Que Marcelo Rebelo de Sousa venceria as eleições, não era dúvida para ninguém. Claro que, depois da ida às urnas, é fácil fazer análises e, pesem embora as surpresas das Presidenciais, uma das palavras de ordem que mais se ouvem é esta: abaixo os abstencionistas. Antes de avançar, coisas importantes: não sou a favor da abstenção e votei em todos os sufrágios a que fui chamado desde a maioridade. Contudo, é preciso ouvir quem está calado.

As críticas chovem de todo o lado, mas muitos dos que mais se fazem ouvir são, ao contrário da expectativas, os jovens. Gritam, irados, contra aqueles que decidiram fazer do domingo passado um domingo normal. Eleições?, nem querem saber, rematam, apelidando os abstencionistas de irresponsáveis, maus cidadãos, ignóbeis usurpadores dos direitos adquiridos, dos quais não deveriam abdicar sem qualquer espécie de reservas. Até aqui, tudo bem. Mas gostaria de afirmar, sem rodeios, que esta visão é simplista e pouco preocupada em compreender a questão.

Não acredito que cinco milhões de pessoas, mais coisa menos coisa, sejam irresponsáveis - 51,16 por cento, para ser mais exacto. Creio que estes cinco milhões de silenciosos estão, antes, descrentes numa política que não os serve. A não-participação consciente é real e tem os seus fundamentos, tão válidos como os de quem vota. A título de exemplo: recentemente, contou-me um amigo (bastante conhecido de todos nós, aliás, e de quem não vale a pena dizer o nome, a bem da privacidade das suas visões políticas) que nunca votou porque não acredita no sistema democrático por representatividade. E, por isso, decide não fazer parte do processo eleitoral para que o número de quem não "quer saber" esmague o dos hábitos instituídos. Na verdade, e se pensarmos a fundo no assunto, os silenciosos são mais que aqueles que decidem votar. As forças políticas, essas, não querem saber de quem vota, embora façam o apelo politicamente correcto ao voto. Mas, no pós-eleições, pouco se faz para compreender os abstencionistas. Porquê? Provavelmente, porque não interessa, porque a estabilidade histórico-partidária poderia ser veementemente perturbada, porque um mar de gente a votar diferente poria alegados perigosíssimos candidatos nos caminhos do poder.

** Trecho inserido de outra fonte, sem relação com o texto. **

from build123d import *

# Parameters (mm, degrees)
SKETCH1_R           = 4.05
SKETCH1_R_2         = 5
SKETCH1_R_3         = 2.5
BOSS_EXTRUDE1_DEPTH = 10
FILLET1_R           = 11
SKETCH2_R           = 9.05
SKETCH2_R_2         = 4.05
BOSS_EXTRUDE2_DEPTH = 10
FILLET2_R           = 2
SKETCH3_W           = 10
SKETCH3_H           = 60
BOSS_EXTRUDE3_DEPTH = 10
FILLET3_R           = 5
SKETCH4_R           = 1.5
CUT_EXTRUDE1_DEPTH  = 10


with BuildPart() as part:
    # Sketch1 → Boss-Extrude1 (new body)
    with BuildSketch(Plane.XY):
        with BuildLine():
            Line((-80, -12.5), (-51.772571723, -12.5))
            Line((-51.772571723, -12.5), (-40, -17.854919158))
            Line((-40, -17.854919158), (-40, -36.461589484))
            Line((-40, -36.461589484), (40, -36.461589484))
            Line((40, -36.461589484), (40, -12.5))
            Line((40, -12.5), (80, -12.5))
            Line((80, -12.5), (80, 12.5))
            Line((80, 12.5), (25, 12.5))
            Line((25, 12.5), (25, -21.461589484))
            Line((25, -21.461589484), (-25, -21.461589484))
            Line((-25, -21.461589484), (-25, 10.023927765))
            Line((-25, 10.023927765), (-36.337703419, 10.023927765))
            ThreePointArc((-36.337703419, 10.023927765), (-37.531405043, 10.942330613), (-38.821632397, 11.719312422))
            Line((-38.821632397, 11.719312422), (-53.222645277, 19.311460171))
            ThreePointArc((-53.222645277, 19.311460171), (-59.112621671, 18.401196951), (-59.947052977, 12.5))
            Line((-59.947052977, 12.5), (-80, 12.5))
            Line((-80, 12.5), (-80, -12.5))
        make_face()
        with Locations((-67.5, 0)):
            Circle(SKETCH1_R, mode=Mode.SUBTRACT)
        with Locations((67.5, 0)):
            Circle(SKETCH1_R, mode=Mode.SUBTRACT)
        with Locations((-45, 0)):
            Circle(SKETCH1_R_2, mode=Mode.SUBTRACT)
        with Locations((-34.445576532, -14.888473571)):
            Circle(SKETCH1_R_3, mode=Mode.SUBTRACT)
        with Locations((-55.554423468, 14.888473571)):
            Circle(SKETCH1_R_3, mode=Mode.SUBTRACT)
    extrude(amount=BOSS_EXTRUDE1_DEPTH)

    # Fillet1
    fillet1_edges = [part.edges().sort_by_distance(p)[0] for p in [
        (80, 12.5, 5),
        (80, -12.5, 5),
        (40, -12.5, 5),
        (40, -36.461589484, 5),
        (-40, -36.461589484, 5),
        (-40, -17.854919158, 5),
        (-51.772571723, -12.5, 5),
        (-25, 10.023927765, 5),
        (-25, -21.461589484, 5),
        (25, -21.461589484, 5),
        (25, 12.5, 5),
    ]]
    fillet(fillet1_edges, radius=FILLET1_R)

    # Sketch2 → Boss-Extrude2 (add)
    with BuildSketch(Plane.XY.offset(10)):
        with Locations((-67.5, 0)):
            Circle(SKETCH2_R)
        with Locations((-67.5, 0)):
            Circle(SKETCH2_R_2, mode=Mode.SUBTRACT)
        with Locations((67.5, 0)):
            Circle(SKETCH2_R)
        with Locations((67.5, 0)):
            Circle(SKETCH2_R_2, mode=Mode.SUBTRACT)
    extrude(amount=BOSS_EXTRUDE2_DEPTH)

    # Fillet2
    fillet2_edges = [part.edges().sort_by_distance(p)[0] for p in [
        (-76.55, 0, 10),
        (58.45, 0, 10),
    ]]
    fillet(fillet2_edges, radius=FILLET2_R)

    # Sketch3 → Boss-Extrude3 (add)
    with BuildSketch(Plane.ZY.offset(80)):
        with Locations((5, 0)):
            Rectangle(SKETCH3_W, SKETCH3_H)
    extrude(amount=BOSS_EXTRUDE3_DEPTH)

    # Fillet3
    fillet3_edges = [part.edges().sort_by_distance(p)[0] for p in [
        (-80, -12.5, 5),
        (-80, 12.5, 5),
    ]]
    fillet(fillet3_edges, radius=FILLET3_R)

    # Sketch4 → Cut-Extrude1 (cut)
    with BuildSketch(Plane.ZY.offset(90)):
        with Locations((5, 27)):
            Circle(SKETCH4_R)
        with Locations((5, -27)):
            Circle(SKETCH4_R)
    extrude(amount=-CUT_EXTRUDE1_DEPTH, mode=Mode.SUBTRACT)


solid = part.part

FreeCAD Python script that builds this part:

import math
import FreeCAD as App
import Part
import Sketcher
from FreeCAD import Vector
Q = App.Units.Quantity


def edges_at(feature, points):
    """Names of the edges that pass closest to the given points."""
    edges = feature.Shape.Edges
    near = lambda p: min(range(len(edges)), key=lambda i: edges[i].distToShape(Part.Vertex(*p))[0])
    return sorted({f"Edge{near(p) + 1}" for p in points})


def add_polygon(sketch, points):
    """Adds a closed chain of lines whose ends are joined by coincident constraints."""
    first, n = sketch.GeometryCount, len(points)
    for a, b in zip(points, points[1:] + points[:1]):
        sketch.addGeometry(Part.LineSegment(App.Vector(*a, 0), App.Vector(*b, 0)), False)
    for i in range(n):
        sketch.addConstraint(Sketcher.Constraint("Coincident", first + i, 2, first + (i + 1) % n, 1))

doc = App.newDocument("Part")
body = doc.addObject("PartDesign::Body", "Body")

# Sketch on XY plane
sketch1 = doc.addObject("Sketcher::SketchObject", "Sketch")
body.addObject(sketch1)
sketch1.AttachmentSupport = (doc.XY_Plane, [""])
sketch1.MapMode = "FlatFace"
sketch1.addGeometry([
    Part.LineSegment(Vector(-80, -12.5, 0), Vector(-51.8, -12.5, 0)),  # 0
    Part.LineSegment(Vector(-51.8, -12.5, 0), Vector(-40, -17.9, 0)),  # 1
    Part.LineSegment(Vector(-40, -17.9, 0), Vector(-40, -36.5, 0)),  # 2
    Part.LineSegment(Vector(-40, -36.5, 0), Vector(40, -36.5, 0)),  # 3
    Part.LineSegment(Vector(40, -36.5, 0), Vector(40, -12.5, 0)),  # 4
    Part.LineSegment(Vector(40, -12.5, 0), Vector(80, -12.5, 0)),  # 5
    Part.LineSegment(Vector(80, -12.5, 0), Vector(80, 12.5, 0)),  # 6
    Part.LineSegment(Vector(80, 12.5, 0), Vector(25, 12.5, 0)),  # 7
    Part.LineSegment(Vector(25, 12.5, 0), Vector(25, -21.5, 0)),  # 8
    Part.LineSegment(Vector(25, -21.5, 0), Vector(-25, -21.5, 0)),  # 9
    Part.LineSegment(Vector(-25, -21.5, 0), Vector(-25, 10, 0)),  # 10
    Part.LineSegment(Vector(-25, 10, 0), Vector(-36.3, 10, 0)),  # 11
    Part.ArcOfCircle(Part.Circle(Vector(-45, 0, 0), Vector(0, 0, 1), 13.2), math.radians(49.17), math.radians(62.2)),  # 12
    Part.LineSegment(Vector(-38.8, 11.7, 0), Vector(-53.2, 19.3, 0)),  # 13
    Part.ArcOfCircle(Part.Circle(Vector(-55.6, 14.9, 0), Vector(0, 0, 1), 5), math.radians(62), math.radians(209)),  # 14
    Part.LineSegment(Vector(-59.9, 12.5, 0), Vector(-80, 12.5, 0)),  # 15
    Part.LineSegment(Vector(-80, 12.5, 0), Vector(-80, -12.5, 0)),  # 16
    Part.Circle(Vector(-34.4, -14.9, 0), Vector(0, 0, 1), 2.5),  # 17
    Part.Circle(Vector(-67.5, 0, 0), Vector(0, 0, 1), 4),  # 18
    Part.Circle(Vector(-45, 0, 0), Vector(0, 0, 1), 5),  # 19
    Part.Circle(Vector(-55.6, 14.9, 0), Vector(0, 0, 1), 2.5),  # 20
    Part.Circle(Vector(67.5, 0, 0), Vector(0, 0, 1), 4),  # 21
], False)
sketch1.addConstraint([
    Sketcher.Constraint("Coincident", 0, 2, 1, 1),
    Sketcher.Constraint("Coincident", 1, 2, 2, 1),
    Sketcher.Constraint("Coincident", 2, 2, 3, 1),
    Sketcher.Constraint("Coincident", 3, 2, 4, 1),
    Sketcher.Constraint("Coincident", 4, 2, 5, 1),
    Sketcher.Constraint("Coincident", 5, 2, 6, 1),
    Sketcher.Constraint("Coincident", 6, 2, 7, 1),
    Sketcher.Constraint("Coincident", 7, 2, 8, 1),
    Sketcher.Constraint("Coincident", 8, 2, 9, 1),
    Sketcher.Constraint("Coincident", 9, 2, 10, 1),
    Sketcher.Constraint("Coincident", 10, 2, 11, 1),
    Sketcher.Constraint("Coincident", 11, 2, 12, 1),
    Sketcher.Constraint("Tangent", 12, 2, 13, 1),
    Sketcher.Constraint("Tangent", 13, 2, 14, 1),
    Sketcher.Constraint("Coincident", 14, 2, 15, 1),
    Sketcher.Constraint("Coincident", 15, 2, 16, 1),
    Sketcher.Constraint("Coincident", 16, 2, 0, 1),
    Sketcher.Constraint("Horizontal", 0),
    Sketcher.Constraint("Vertical", 2),
    Sketcher.Constraint("Horizontal", 3),
    Sketcher.Constraint("Vertical", 4),
    Sketcher.Constraint("Horizontal", 5),
    Sketcher.Constraint("Vertical", 6),
    Sketcher.Constraint("Horizontal", 7),
    Sketcher.Constraint("Vertical", 8),
    Sketcher.Constraint("Horizontal", 9),
    Sketcher.Constraint("Vertical", 10),
    Sketcher.Constraint("Horizontal", 11),
    Sketcher.Constraint("Horizontal", 15),
    Sketcher.Constraint("Vertical", 16),
    Sketcher.Constraint("Coincident", 19, 3, 12, 3),
    Sketcher.Constraint("Coincident", 20, 3, 14, 3),
    Sketcher.Constraint("Equal", 14, 19),
    Sketcher.Constraint("Equal", 17, 20),
    Sketcher.Constraint("Equal", 18, 21),
    Sketcher.Constraint("Symmetric", 18, 3, 21, 3, -1, 1),
    Sketcher.Constraint("Symmetric", 5, 2, 15, 2, -1, 1),
    Sketcher.Constraint("PointOnObject", 12, 3, -1),
    Sketcher.Constraint("PointOnObject", 18, 3, -1),
    Sketcher.Constraint("Horizontal", 0, 2, 4, 2),
    Sketcher.Constraint("Horizontal", 7, 2, 14, 2),
    Sketcher.Constraint("Diameter", 17, Q("5 mm")),
    Sketcher.Constraint("Diameter", 19, Q("10 mm")),
    Sketcher.Constraint("Diameter", 18, Q("8.1 mm")),
    Sketcher.Constraint("DistanceX", 3, 1, 3, 2, Q("80 mm")),
    Sketcher.Constraint("DistanceX", 5, 1, 5, 2, Q("40 mm")),
    Sketcher.Constraint("DistanceX", 7, 2, 7, 1, Q("55 mm")),
    Sketcher.Constraint("DistanceX", 9, 2, 9, 1, Q("50 mm")),
    Sketcher.Constraint("DistanceY", 6, 1, 6, 2, Q("25 mm")),
    Sketcher.Constraint("DistanceX", 12, 3, -1, 1, Q("45 mm")),
    Sketcher.Constraint("DistanceX", 1, 2, -1, 1, Q("40 mm")),
    Sketcher.Constraint("DistanceY", 3, 2, 8, 2, Q("15 mm")),
    Sketcher.Constraint("DistanceX", 18, 3, -1, 1, Q("67.5 mm")),
    Sketcher.Constraint("Radius", 12, Q("13.248189 mm")),
    Sketcher.Constraint("DistanceX", 0, 1, 0, 2, Q("28.227428 mm")),
    Sketcher.Constraint("DistanceY", 2, 2, 2, 1, Q("18.60667 mm")),
    Sketcher.Constraint("DistanceY", 4, 1, 4, 2, Q("23.961589 mm")),
    Sketcher.Constraint("DistanceY", 17, 3, 10, 2, Q("24.912401 mm")),
    Sketcher.Constraint("Distance", 13, Q("16.279738 mm")),
    Sketcher.Constraint("DistanceX", 11, 2, 11, 1, Q("11.337703 mm")),
    Sketcher.Constraint("DistanceX", 15, 2, 15, 1, Q("20.052947 mm")),
    Sketcher.Constraint("DistanceX", 17, 3, -1, 1, Q("34.445577 mm")),
])
pad1 = doc.addObject("PartDesign::Pad", "Pad")
body.addObject(pad1)
pad1.Profile = sketch1
pad1.Length = 10
doc.recompute()

fillet = doc.addObject("PartDesign::Fillet", "Fillet")
body.addObject(fillet)
fillet.Base = (pad1, edges_at(pad1, [
    (80, 12.5, 5),
    (80, -12.5, 5),
    (40, -12.5, 5),
    (40, -36.462, 5),
    (-40, -36.462, 5),
    (-40, -17.855, 5),
    (-51.773, -12.5, 5),
    (-25, 10.024, 5),
    (-25, -21.462, 5),
    (25, -21.462, 5),
    (25, 12.5, 5),
]))
fillet.Radius = 11

# Sketch on XY plane
sketch2 = doc.addObject("Sketcher::SketchObject", "Sketch001")
body.addObject(sketch2)
sketch2.AttachmentSupport = (doc.XY_Plane, [""])
sketch2.MapMode = "FlatFace"
sketch2.AttachmentOffset = App.Placement(Vector(0, 0, 10), App.Rotation())
sketch2.addGeometry([
    Part.Circle(Vector(-67.5, 0, 0), Vector(0, 0, 1), 9.1),
    Part.Circle(Vector(-67.5, 0, 0), Vector(0, 0, 1), 4),
    Part.Circle(Vector(67.5, 0, 0), Vector(0, 0, 1), 9.1),
    Part.Circle(Vector(67.5, 0, 0), Vector(0, 0, 1), 4),
], False)
sketch2.addConstraint([
    Sketcher.Constraint("Coincident", 1, 3, 0, 3),
    Sketcher.Constraint("Coincident", 3, 3, 2, 3),
    Sketcher.Constraint("Equal", 0, 2),
    Sketcher.Constraint("Equal", 1, 3),
    Sketcher.Constraint("Symmetric", 0, 3, 2, 3, -1, 1),
    Sketcher.Constraint("PointOnObject", 0, 3, -1),
    Sketcher.Constraint("Diameter", 0, Q("18.1 mm")),
    Sketcher.Constraint("Diameter", 1, Q("8.1 mm")),
    Sketcher.Constraint("DistanceX", 0, 3, 2, 3, Q("135 mm")),
])
pad2 = doc.addObject("PartDesign::Pad", "Pad001")
body.addObject(pad2)
pad2.Profile = sketch2
pad2.Length = 10
doc.recompute()

fillet2 = doc.addObject("PartDesign::Fillet", "Fillet001")
body.addObject(fillet2)
fillet2.Base = (pad2, edges_at(pad2, [(-76.55, 0, 10), (58.45, 0, 10)]))
fillet2.Radius = 2

# Sketch on YZ plane
sketch3 = doc.addObject("Sketcher::SketchObject", "Sketch002")
body.addObject(sketch3)
sketch3.AttachmentSupport = (doc.YZ_Plane, [""])
sketch3.MapMode = "FlatFace"
sketch3.AttachmentOffset = App.Placement(Vector(0, 0, -80), App.Rotation())
add_polygon(sketch3, [(30, 0), (-30, 0), (-30, 10), (30, 10)])  # lines 0-3
sketch3.addConstraint([
    Sketcher.Constraint("Horizontal", 0),
    Sketcher.Constraint("Vertical", 1),
    Sketcher.Constraint("Horizontal", 2),
    Sketcher.Constraint("Vertical", 3),
    Sketcher.Constraint("Symmetric", 0, 2, 3, 2, -1, 1),
    Sketcher.Constraint("DistanceX", 0, 2, 0, 1, Q("60 mm")),
    Sketcher.Constraint("DistanceY", 1, 1, 1, 2, Q("10 mm")),
])
pad3 = doc.addObject("PartDesign::Pad", "Pad002")
body.addObject(pad3)
pad3.Profile = sketch3
pad3.Length = 10
pad3.Reversed = True
doc.recompute()

fillet3 = doc.addObject("PartDesign::Fillet", "Fillet002")
body.addObject(fillet3)
fillet3.Base = (pad3, edges_at(pad3, [(-80, -12.5, 5), (-80, 12.5, 5)]))
fillet3.Radius = 5

# Sketch on YZ plane
sketch4 = doc.addObject("Sketcher::SketchObject", "Sketch003")
body.addObject(sketch4)
sketch4.AttachmentSupport = (doc.YZ_Plane, [""])
sketch4.MapMode = "FlatFace"
sketch4.AttachmentOffset = App.Placement(Vector(0, 0, -90), App.Rotation())
sketch4.addGeometry([
    Part.Circle(Vector(27, 5, 0), Vector(0, 0, 1), 1.5),
    Part.Circle(Vector(-27, 5, 0), Vector(0, 0, 1), 1.5),
], False)
sketch4.addConstraint([
    Sketcher.Constraint("Equal", 0, 1),
    Sketcher.Constraint("Symmetric", 0, 3, 1, 3, -2),
    Sketcher.Constraint("Diameter", 0, Q("3 mm")),
    Sketcher.Constraint("DistanceX", -1, 1, 0, 3, Q("27 mm")),
    Sketcher.Constraint("DistanceY", -1, 1, 0, 3, Q("5 mm")),
])
pocket1 = doc.addObject("PartDesign::Pocket", "Pocket")
body.addObject(pocket1)
pocket1.Profile = sketch4
pocket1.Length = 10
pocket1.Reversed = True

doc.recompute()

Não, não sou a favor do voto obrigatório. Porque sou pela liberdade. Um Estado não tem nem pode ter o direito de obrigar os seus cidadãos a fazer algo que só pode estar nas suas próprias consciências. Não votar é uma liberdade como outra qualquer. Uma liberdade irresponsável? Sem dúvida. Mas uma liberdade que não lhes pode ser retirada, porque o silêncio pode dizer muito mais do que uma cruzinha num pedaço de papel.

A solução está, creio, na educação. Porque se eu e tu acreditamos na importância de um voto na urna, não pusemos um domingo a gravitar em torno de uma eleição presidencial por termos sido iluminados por um espírito santo que não existe. Eu e tu decidimos votar porque nos foi incutida essa consciência, fomos educados nesse sentido e sensibilizados para a ideia de que, de facto, um voto pode fazer toda a diferença. E quando os silenciosos votarem, talvez a coisa mude.